The opportunities are all around us. We don’t have to look very hard to find the places before us that can be opportunities to share God’s love with others.

They exist, as Paul writes, within the family of faith. There are opportunities here at Beverly Hills UMC. This is a place of love. That doesn’t mean we don’t argue. It doesn’t mean we will not disagree with one another on certain things. We are human and disagreement comes with the territory of sharing life with one another. It doesn’t mean we are always happy. What it means is that we can love one another in spite of the things that can often keep people apart. That is what I’ve heard already about you. It is what we have already witnessed. This is a house of love and grace. My prayer is that this only continues to grow and be lived into by how we encourage one another, hold each other accountable, and treat each other with the same love and care that we would hope to be shown towards ourselves.

Sowing seeds of goodness and love does not end with ourselves. God calls us to go beyond the walls of Beverly Hills and into the community. That is what we do each Sunday when we leave this place. We are sent into the Beverly Hills community, throughout Huntington, and around Cabell County to be missionaries of God’s grace and love to a community that needs to know God loves them, and so do we.

Throughout Huntington, there are endless opportunities to share God’s love. Let me ask you this: What group of people, what section of our community, perhaps where in our backyard are the places that break your heart? When you find the places that break your heart, you have found the places that you have a passion for and a desire to share acts of love towards. A passion to share the greatest hope we can ever hear: God loves you and so do we.

There are endless opportunities to do good by sharing love. My hope is that we will always be on the look for the places where God is sending us out into the community to be Christ’s hands and feet and sowing seeds of love.

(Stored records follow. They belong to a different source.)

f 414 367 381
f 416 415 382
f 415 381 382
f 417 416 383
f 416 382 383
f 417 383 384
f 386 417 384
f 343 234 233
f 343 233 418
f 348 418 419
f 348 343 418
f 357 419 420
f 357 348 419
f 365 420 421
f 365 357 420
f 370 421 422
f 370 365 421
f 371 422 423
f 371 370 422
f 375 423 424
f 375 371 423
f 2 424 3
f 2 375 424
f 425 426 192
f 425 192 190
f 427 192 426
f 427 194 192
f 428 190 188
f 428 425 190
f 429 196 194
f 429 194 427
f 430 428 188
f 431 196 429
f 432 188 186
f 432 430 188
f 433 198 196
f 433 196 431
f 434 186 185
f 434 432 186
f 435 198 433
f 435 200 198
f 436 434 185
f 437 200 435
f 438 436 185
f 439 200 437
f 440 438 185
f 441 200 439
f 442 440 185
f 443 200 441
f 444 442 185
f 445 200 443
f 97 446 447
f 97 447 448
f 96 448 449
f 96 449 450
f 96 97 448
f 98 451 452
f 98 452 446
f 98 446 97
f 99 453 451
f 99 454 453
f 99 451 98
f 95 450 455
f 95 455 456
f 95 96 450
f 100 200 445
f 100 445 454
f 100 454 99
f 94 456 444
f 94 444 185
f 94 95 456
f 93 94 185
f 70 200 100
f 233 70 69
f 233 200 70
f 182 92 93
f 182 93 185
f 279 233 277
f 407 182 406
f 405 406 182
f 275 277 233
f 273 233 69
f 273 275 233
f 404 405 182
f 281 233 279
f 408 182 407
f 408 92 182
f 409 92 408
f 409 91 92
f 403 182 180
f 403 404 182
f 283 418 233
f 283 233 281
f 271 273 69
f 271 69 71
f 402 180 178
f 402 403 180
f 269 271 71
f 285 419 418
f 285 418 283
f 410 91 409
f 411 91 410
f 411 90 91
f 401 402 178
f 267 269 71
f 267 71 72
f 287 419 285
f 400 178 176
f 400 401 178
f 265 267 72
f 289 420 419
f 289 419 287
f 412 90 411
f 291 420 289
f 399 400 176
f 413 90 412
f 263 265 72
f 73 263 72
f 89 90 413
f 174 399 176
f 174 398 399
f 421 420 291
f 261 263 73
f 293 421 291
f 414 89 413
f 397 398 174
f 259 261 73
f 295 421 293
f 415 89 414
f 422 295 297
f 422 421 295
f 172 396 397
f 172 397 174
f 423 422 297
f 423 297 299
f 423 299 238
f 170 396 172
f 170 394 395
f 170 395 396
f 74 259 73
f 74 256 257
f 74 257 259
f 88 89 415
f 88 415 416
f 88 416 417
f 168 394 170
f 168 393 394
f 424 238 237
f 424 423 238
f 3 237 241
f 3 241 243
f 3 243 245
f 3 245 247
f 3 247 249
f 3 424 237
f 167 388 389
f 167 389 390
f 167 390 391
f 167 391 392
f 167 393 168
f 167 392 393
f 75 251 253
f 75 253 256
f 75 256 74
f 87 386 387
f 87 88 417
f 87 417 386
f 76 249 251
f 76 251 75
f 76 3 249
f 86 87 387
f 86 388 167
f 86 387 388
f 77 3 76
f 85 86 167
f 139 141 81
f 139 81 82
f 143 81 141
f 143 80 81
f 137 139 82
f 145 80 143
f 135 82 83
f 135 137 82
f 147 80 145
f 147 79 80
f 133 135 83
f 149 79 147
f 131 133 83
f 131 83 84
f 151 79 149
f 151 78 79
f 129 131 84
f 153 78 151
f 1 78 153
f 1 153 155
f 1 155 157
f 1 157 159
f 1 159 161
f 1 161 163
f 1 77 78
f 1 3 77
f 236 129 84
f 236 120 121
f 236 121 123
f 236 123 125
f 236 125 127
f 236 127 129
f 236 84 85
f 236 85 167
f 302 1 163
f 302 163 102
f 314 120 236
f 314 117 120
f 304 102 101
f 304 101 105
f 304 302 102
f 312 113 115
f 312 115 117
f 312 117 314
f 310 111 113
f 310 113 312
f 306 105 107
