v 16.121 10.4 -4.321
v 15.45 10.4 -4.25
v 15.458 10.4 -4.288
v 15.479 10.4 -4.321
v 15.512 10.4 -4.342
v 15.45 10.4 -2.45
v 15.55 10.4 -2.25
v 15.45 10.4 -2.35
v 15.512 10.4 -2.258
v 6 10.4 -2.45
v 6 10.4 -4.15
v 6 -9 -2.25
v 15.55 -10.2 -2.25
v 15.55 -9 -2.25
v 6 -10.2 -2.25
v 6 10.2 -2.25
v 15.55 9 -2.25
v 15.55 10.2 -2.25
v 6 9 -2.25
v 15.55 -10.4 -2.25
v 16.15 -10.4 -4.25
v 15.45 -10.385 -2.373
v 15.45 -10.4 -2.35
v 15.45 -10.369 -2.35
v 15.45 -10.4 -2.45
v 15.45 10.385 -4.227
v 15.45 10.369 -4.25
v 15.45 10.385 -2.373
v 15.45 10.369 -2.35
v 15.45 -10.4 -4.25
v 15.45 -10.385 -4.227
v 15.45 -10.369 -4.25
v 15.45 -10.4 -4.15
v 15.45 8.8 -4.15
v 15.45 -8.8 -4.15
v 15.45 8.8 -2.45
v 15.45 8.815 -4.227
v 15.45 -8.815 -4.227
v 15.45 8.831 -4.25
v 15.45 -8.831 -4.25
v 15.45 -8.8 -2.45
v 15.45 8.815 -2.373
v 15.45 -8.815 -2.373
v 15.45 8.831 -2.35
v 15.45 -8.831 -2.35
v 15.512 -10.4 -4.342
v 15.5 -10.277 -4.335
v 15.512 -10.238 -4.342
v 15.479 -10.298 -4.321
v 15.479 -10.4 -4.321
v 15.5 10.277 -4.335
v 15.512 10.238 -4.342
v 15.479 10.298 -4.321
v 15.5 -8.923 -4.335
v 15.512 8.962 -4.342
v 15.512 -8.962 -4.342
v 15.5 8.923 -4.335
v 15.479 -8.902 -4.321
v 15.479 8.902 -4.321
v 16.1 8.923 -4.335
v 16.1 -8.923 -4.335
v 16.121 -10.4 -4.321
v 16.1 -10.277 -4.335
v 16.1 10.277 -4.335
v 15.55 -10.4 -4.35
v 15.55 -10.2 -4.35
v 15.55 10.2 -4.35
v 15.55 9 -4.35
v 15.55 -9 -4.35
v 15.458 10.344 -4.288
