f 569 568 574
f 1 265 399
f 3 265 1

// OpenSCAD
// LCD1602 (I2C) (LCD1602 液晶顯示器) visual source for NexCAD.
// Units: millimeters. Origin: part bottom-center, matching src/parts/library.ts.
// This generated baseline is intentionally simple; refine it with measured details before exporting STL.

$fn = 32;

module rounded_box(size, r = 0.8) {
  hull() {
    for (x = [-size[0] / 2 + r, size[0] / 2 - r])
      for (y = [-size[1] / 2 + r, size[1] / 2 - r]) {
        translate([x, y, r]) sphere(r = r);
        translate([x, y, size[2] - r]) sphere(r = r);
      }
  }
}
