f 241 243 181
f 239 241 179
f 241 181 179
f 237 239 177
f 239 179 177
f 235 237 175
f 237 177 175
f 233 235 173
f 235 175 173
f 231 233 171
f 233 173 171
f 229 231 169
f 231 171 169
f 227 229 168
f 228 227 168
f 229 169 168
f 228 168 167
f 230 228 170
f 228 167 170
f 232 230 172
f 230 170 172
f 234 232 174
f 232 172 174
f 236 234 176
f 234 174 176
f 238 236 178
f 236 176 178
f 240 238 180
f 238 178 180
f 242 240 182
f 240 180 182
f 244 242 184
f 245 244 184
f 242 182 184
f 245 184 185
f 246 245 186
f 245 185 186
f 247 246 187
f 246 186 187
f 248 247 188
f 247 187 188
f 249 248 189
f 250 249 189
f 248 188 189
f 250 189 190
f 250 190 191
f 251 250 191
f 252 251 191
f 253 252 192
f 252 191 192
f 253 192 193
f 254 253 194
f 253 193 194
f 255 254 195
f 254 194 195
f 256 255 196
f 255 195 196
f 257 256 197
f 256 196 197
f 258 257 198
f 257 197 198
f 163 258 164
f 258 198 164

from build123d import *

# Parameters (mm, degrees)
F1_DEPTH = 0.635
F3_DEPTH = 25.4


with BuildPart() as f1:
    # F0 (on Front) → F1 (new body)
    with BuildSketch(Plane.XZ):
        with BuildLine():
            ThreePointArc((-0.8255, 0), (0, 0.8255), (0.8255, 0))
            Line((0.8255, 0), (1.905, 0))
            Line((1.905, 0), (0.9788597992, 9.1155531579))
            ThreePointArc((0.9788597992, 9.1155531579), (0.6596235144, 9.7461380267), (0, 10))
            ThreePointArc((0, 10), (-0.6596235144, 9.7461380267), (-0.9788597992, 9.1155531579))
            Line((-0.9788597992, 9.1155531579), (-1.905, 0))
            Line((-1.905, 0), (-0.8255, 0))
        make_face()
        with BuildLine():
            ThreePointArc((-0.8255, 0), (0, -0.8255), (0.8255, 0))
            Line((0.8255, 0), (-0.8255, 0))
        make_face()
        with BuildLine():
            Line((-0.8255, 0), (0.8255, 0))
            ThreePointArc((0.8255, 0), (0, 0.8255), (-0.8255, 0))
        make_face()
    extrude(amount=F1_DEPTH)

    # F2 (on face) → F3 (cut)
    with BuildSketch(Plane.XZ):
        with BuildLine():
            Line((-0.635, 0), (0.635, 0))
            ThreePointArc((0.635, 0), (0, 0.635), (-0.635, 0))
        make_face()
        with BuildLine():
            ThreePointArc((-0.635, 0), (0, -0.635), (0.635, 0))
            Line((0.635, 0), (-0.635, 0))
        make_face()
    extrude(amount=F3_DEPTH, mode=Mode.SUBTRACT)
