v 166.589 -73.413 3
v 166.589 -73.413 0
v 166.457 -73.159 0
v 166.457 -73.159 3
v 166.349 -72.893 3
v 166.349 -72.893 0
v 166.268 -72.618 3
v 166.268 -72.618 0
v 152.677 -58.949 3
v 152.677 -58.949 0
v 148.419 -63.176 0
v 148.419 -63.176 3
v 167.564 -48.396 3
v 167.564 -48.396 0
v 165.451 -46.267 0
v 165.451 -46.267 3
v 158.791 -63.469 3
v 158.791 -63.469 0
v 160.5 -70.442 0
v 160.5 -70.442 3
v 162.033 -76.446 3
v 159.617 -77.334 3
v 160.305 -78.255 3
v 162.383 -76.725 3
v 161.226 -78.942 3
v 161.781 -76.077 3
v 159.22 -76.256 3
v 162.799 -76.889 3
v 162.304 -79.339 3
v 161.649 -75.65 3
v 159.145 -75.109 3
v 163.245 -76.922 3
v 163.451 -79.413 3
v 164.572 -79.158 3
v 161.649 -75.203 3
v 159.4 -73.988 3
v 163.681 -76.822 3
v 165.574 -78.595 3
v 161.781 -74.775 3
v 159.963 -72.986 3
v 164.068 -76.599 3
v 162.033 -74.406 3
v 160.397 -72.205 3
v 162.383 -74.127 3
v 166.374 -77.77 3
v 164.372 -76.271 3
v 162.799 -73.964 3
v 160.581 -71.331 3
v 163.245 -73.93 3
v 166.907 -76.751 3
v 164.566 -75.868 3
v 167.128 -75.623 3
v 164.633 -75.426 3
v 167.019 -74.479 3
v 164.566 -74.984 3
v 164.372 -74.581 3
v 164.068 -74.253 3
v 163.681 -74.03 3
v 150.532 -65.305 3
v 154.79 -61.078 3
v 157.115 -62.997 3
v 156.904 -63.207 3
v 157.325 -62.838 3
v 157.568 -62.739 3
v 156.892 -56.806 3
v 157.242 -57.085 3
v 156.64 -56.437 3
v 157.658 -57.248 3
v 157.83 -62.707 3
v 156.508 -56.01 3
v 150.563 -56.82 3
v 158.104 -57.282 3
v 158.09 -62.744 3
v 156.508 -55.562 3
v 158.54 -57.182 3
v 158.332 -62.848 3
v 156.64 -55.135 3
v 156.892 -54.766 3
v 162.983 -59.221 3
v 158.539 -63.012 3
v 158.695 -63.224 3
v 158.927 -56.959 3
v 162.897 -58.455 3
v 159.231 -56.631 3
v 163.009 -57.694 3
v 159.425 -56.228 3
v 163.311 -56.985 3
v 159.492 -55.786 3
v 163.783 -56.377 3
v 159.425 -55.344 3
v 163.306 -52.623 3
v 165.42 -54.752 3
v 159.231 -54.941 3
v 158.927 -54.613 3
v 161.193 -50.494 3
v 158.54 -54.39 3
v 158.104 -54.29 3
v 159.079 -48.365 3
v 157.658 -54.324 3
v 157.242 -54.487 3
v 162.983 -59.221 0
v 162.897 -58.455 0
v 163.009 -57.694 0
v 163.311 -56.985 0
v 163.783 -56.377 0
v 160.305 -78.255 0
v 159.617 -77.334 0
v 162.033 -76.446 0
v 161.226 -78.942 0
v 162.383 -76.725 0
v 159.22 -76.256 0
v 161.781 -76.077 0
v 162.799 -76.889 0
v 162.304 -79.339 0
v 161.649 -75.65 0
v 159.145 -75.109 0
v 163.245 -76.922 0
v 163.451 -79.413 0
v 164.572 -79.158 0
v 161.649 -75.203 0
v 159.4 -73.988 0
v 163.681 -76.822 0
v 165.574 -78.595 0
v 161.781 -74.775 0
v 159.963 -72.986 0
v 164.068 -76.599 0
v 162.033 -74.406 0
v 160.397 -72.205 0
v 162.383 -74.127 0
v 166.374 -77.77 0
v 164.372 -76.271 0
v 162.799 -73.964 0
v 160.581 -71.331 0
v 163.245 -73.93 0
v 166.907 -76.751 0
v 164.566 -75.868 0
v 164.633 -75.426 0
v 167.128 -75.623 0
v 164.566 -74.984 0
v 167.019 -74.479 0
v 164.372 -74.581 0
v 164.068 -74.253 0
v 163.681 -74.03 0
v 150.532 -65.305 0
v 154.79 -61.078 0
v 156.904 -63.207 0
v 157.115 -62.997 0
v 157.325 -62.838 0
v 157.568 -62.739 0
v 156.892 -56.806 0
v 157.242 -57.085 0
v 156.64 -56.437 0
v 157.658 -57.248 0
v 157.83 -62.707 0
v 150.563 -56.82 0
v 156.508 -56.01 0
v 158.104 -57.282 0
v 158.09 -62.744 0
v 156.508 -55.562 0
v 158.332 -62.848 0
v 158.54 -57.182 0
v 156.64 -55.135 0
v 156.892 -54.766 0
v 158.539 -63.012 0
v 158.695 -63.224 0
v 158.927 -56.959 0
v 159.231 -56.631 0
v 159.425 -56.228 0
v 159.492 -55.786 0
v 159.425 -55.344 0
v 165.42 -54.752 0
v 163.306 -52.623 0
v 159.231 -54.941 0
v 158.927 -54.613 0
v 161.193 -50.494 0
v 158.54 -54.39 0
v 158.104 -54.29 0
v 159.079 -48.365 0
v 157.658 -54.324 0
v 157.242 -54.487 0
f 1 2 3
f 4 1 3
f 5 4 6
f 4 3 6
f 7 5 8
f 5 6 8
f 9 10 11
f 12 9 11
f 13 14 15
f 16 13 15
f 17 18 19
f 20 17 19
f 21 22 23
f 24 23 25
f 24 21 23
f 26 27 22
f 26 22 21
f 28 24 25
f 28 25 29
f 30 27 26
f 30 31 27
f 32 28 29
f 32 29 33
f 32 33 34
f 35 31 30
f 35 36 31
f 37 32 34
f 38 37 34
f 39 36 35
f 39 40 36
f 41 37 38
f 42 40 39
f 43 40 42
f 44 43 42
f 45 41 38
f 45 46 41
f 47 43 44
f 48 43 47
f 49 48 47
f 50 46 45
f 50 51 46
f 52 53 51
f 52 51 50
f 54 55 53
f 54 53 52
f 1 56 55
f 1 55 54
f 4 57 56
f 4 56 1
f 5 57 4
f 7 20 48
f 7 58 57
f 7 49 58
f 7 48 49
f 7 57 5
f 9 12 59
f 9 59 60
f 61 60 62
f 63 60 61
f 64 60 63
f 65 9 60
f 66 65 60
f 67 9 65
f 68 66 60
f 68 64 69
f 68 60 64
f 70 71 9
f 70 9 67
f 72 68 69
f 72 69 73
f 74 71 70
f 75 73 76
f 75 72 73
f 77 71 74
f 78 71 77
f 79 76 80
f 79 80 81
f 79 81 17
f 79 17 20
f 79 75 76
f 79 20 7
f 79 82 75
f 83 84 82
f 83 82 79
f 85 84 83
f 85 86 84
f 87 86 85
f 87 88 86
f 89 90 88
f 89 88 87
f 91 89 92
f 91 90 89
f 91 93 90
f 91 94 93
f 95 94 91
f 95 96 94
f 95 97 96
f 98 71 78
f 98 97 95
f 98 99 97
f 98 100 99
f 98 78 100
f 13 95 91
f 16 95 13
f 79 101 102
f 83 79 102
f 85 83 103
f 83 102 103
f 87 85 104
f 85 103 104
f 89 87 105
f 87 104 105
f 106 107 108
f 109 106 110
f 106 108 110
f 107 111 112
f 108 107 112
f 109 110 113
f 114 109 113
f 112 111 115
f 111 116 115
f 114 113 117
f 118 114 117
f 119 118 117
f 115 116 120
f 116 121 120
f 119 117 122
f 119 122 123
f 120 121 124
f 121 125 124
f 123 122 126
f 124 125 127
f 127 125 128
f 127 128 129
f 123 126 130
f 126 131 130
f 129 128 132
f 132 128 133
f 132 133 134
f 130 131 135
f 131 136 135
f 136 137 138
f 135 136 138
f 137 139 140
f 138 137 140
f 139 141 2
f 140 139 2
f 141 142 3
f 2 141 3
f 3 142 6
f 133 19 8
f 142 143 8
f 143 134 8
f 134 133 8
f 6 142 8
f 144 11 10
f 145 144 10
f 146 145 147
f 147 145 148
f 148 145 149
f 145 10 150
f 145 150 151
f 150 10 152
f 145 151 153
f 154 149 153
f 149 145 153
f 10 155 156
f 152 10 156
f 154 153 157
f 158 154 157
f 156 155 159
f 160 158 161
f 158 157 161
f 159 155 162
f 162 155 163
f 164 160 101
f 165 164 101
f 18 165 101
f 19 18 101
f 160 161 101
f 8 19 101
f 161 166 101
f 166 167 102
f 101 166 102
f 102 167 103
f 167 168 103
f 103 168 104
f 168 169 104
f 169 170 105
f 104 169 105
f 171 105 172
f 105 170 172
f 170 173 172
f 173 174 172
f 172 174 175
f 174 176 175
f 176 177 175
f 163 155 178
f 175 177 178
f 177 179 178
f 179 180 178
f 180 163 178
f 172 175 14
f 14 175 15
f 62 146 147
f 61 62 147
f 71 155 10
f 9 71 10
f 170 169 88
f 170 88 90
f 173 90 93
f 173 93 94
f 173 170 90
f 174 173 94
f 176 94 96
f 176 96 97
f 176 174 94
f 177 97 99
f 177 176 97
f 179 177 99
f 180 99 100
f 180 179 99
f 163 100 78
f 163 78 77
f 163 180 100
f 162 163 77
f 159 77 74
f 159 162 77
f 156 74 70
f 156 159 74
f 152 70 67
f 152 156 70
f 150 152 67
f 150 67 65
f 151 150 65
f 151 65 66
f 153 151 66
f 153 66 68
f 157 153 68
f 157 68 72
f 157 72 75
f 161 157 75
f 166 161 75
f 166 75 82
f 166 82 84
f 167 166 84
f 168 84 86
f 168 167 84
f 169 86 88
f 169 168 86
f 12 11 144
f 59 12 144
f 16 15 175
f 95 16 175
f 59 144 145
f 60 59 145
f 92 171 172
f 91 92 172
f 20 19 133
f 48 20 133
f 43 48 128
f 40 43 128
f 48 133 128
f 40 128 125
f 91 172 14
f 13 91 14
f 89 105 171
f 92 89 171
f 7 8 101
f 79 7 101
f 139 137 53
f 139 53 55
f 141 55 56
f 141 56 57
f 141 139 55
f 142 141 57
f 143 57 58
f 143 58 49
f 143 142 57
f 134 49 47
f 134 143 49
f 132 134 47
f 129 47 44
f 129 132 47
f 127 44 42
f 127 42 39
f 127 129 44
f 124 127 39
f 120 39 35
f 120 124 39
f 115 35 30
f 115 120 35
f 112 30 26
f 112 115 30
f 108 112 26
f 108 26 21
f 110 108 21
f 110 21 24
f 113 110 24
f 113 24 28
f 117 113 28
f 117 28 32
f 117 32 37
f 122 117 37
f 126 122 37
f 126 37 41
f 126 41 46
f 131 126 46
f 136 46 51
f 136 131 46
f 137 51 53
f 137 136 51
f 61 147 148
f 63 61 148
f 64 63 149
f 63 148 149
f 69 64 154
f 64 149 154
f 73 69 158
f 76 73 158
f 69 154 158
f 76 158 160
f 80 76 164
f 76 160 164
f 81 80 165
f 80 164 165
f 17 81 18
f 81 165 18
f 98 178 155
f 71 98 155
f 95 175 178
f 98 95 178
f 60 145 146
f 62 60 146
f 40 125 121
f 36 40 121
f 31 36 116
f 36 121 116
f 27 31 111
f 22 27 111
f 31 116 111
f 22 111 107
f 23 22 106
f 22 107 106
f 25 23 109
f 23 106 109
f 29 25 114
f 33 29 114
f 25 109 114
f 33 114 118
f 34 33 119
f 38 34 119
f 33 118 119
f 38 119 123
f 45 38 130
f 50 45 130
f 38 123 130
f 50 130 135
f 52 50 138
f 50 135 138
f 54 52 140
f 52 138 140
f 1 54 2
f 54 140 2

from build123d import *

# Parameters (mm, degrees)
ESQUISSE15_R        = 1.5
BOSS_EXTRU_15_DEPTH = 3


with BuildPart() as part:
    # Esquisse15 → Boss.-Extru.15 (new body)
    with BuildSketch(Plane.XY):
        with BuildLine():
            Line((159.079156624, -48.365258544), (150.563075986, -56.819628453))
            Line((150.563075986, -56.819628453), (152.676668463, -58.948648613))
            Line((152.676668463, -58.948648613), (148.418628144, -63.175833567))
            Line((148.418628144, -63.175833567), (150.532220621, -65.304853727))
            Line((150.532220621, -65.304853727), (154.790260941, -61.077668772))
            Line((154.790260941, -61.077668772), (156.903853418, -63.206688932))
            Line((156.903853418, -63.206688932), (157.114961916, -62.997110206))
            ThreePointArc((157.114961916, -62.997110206), (158.090398383, -62.744177685), (158.790743402, -63.468724451))
            Line((158.790743402, -63.468724451), (160.499830137, -70.44157839))
            ThreePointArc((160.499830137, -70.44157839), (160.521490891, -71.774910136), (159.963165383, -72.985907807))
            ThreePointArc((159.963165383, -72.985907807), (162.875303574, -79.417825737), (166.589129616, -73.413026553))
            ThreePointArc((166.589129616, -73.413026553), (166.3998932, -73.026858147), (166.267814939, -72.617600535))
            Line((166.267814939, -72.617600535), (162.983107766, -59.220583964))
            ThreePointArc((162.983107766, -59.220583964), (163.008961454, -57.693583939), (163.783215914, -56.377176889))
            Line((163.783215914, -56.377176889), (165.419934056, -54.752319023))
            Line((165.419934056, -54.752319023), (163.306341579, -52.623298863))
            Line((163.306341579, -52.623298863), (167.564381898, -48.396113909))
            Line((167.564381898, -48.396113909), (165.450789421, -46.267093749))
            Line((165.450789421, -46.267093749), (161.192749102, -50.494278704))
            Line((161.192749102, -50.494278704), (159.079156624, -48.365258544))
        make_face()
        with Locations((157.991505021, -55.785973738)):
            Circle(ESQUISSE15_R, mode=Mode.SUBTRACT)
        with Locations((163.132615018, -75.426110464)):
            Circle(ESQUISSE15_R, mode=Mode.SUBTRACT)
    extrude(amount=BOSS_EXTRU_15_DEPTH)


solid = part.part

Let us never grow tired of being used by God nor grow weary of seeking opportunities to do good by sharing love in the world. There will be challenges along the way. We will put up roadblocks that will prevent us from seeing the opportunities before us to do good. We’ll say we are too tired. We’ll say we are too old. We’ll say we are too young, too poor, too inexperienced, or even too new to try to share love.

That’s never the case. We are never too tired to be a witness of love. We are never too old to share God’s love with someone. We are never too young to share God’s love. Never too poor. Never too inexperienced. Never too new. Even the smallest expression of God’s love can change someone’s world. The opportunities and possibilities for us to partner with God to share God’s love with all the people we meet are endless.

My friends, and yes, I truly call you my friends, we have received the greatest gift in the world. We are God’s beloved. We have been shaped by God’s grace and forgiven. Let us never pretend to believe this gift is only for ourselves. Let us be bold. Let us be people who are willing to go wherever God desires to sow seeds of goodness through acts of love.

That is my prayer for you, for me, and for our church as we begin this new season together. Let us be bold enough to not only claim the goodness of God’s grace, but to be witnesses of God’s love every day.